==== Source records ====
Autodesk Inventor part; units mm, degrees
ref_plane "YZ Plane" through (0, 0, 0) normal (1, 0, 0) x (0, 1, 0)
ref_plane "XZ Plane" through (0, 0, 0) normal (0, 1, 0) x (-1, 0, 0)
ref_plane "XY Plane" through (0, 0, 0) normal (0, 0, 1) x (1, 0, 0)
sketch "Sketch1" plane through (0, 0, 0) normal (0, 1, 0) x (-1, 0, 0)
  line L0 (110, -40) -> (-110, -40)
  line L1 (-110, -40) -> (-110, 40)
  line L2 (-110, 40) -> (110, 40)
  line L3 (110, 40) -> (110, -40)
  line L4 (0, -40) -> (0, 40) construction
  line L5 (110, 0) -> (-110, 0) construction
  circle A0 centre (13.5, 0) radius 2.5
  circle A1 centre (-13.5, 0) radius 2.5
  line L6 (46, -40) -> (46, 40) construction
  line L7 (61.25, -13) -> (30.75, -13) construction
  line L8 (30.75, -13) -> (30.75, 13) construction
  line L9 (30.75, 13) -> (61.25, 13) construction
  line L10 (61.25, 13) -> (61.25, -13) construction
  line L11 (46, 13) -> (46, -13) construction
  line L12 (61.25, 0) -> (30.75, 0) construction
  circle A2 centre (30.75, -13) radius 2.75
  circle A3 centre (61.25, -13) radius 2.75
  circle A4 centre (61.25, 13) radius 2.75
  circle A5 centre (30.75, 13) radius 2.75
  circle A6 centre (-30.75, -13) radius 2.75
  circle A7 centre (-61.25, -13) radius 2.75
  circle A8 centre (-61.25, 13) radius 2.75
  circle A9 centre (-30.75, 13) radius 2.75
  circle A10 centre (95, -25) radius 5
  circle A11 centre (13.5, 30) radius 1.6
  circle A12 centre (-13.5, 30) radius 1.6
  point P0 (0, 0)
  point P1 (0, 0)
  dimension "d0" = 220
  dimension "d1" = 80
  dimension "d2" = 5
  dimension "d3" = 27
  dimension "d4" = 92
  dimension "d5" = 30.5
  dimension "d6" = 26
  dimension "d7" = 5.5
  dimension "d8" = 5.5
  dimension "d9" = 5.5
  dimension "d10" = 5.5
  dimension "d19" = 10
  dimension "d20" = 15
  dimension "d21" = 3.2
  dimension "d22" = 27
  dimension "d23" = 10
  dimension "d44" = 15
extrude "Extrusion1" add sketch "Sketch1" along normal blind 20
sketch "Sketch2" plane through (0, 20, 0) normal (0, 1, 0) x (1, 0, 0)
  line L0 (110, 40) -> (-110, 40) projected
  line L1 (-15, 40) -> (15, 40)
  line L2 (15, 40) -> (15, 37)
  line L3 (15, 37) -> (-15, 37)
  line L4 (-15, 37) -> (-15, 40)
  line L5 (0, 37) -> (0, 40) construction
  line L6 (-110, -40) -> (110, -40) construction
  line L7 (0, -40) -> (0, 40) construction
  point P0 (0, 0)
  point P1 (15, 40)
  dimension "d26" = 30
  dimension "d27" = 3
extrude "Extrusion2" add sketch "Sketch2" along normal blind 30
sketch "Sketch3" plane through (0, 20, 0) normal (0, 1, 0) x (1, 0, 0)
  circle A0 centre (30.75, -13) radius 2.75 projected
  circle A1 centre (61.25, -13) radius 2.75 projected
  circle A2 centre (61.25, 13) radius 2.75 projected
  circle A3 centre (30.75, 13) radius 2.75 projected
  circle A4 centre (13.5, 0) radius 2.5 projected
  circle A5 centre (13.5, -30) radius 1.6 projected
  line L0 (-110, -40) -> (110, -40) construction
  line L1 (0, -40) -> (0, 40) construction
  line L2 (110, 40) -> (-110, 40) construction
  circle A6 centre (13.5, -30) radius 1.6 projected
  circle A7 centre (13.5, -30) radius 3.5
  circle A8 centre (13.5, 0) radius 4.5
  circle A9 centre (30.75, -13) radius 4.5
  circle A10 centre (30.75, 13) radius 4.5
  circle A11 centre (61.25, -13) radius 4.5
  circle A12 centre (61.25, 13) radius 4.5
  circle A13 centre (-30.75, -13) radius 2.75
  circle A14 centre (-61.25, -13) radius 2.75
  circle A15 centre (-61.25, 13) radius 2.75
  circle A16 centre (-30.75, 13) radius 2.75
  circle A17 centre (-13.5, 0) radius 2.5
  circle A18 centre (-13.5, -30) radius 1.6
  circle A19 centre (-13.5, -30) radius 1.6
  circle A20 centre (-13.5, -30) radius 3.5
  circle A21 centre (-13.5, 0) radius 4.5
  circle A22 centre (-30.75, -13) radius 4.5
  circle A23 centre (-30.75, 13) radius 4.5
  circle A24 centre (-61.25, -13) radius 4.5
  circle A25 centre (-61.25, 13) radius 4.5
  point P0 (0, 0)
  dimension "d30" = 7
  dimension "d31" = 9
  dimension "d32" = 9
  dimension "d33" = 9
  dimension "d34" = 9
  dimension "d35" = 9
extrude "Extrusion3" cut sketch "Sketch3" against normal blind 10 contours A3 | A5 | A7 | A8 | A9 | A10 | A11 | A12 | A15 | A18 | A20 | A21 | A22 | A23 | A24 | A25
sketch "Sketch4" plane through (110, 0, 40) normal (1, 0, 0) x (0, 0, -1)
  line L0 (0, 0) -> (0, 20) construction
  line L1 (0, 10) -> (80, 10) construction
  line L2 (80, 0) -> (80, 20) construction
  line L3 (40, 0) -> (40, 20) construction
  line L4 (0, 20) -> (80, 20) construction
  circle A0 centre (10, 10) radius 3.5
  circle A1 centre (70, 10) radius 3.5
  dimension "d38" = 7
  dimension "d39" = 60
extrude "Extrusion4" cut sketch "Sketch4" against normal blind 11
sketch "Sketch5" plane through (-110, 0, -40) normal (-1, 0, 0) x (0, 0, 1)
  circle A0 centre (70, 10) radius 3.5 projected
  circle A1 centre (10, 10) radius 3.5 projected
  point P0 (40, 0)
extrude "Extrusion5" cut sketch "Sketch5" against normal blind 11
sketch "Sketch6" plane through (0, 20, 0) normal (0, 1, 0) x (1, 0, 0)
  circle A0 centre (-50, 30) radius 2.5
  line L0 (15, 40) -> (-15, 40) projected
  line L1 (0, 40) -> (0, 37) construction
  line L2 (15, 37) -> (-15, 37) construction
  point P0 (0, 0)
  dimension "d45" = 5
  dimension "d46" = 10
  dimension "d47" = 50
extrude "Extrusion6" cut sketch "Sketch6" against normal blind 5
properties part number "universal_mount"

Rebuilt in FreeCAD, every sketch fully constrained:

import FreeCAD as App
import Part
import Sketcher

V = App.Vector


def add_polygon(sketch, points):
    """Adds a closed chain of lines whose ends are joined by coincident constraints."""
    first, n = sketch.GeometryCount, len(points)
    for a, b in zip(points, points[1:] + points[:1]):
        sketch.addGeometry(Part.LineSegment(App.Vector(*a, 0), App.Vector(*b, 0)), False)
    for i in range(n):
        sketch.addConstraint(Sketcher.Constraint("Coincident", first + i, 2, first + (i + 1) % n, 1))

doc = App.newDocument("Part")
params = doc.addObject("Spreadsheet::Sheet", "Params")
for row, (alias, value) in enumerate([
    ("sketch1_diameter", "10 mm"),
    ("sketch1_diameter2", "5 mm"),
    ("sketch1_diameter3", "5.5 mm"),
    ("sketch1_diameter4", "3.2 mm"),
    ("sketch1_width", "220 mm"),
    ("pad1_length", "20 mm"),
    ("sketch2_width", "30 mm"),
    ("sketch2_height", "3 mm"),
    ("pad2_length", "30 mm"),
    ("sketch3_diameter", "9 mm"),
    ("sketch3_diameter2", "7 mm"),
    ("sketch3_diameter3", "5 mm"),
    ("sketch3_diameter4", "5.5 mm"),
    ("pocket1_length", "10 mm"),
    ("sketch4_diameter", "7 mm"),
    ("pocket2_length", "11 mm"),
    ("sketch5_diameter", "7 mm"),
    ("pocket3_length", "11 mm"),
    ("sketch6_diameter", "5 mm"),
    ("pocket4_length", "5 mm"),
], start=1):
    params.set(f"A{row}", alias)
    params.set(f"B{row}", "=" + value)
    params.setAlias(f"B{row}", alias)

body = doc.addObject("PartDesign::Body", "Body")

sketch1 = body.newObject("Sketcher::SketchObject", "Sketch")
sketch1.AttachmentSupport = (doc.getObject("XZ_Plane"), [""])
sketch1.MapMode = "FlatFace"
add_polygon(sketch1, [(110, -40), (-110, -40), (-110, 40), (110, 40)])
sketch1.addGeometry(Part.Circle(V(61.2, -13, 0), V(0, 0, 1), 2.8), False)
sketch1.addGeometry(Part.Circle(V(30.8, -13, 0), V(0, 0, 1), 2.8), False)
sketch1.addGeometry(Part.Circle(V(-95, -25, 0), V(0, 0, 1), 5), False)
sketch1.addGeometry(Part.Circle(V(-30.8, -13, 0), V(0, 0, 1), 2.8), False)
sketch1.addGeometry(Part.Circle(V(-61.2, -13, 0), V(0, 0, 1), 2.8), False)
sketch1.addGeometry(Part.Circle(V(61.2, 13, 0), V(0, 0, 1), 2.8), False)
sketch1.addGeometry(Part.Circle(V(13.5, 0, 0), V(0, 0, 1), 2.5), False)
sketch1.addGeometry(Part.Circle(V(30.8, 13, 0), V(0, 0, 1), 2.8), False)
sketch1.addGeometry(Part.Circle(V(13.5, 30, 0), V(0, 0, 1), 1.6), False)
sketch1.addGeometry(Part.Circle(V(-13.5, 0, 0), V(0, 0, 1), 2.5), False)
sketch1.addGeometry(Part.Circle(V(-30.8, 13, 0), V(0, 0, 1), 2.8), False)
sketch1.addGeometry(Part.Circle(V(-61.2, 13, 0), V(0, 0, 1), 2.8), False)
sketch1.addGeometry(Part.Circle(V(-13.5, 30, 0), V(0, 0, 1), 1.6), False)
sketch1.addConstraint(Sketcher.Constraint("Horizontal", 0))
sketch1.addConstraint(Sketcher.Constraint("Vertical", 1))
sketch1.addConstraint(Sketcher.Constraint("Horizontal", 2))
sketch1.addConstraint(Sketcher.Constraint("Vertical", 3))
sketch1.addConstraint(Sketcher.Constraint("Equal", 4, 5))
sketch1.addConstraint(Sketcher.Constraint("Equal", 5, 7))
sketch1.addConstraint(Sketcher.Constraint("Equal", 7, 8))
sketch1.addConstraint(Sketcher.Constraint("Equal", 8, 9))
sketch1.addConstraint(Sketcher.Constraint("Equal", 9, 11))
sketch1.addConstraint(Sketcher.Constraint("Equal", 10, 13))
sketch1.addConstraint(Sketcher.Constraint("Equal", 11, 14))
====
When a line in the material includes the word "along", copy it out.

extrude "Extrusion1" add sketch "Sketch1" along normal blind 20
extrude "Extrusion2" add sketch "Sketch2" along normal blind 30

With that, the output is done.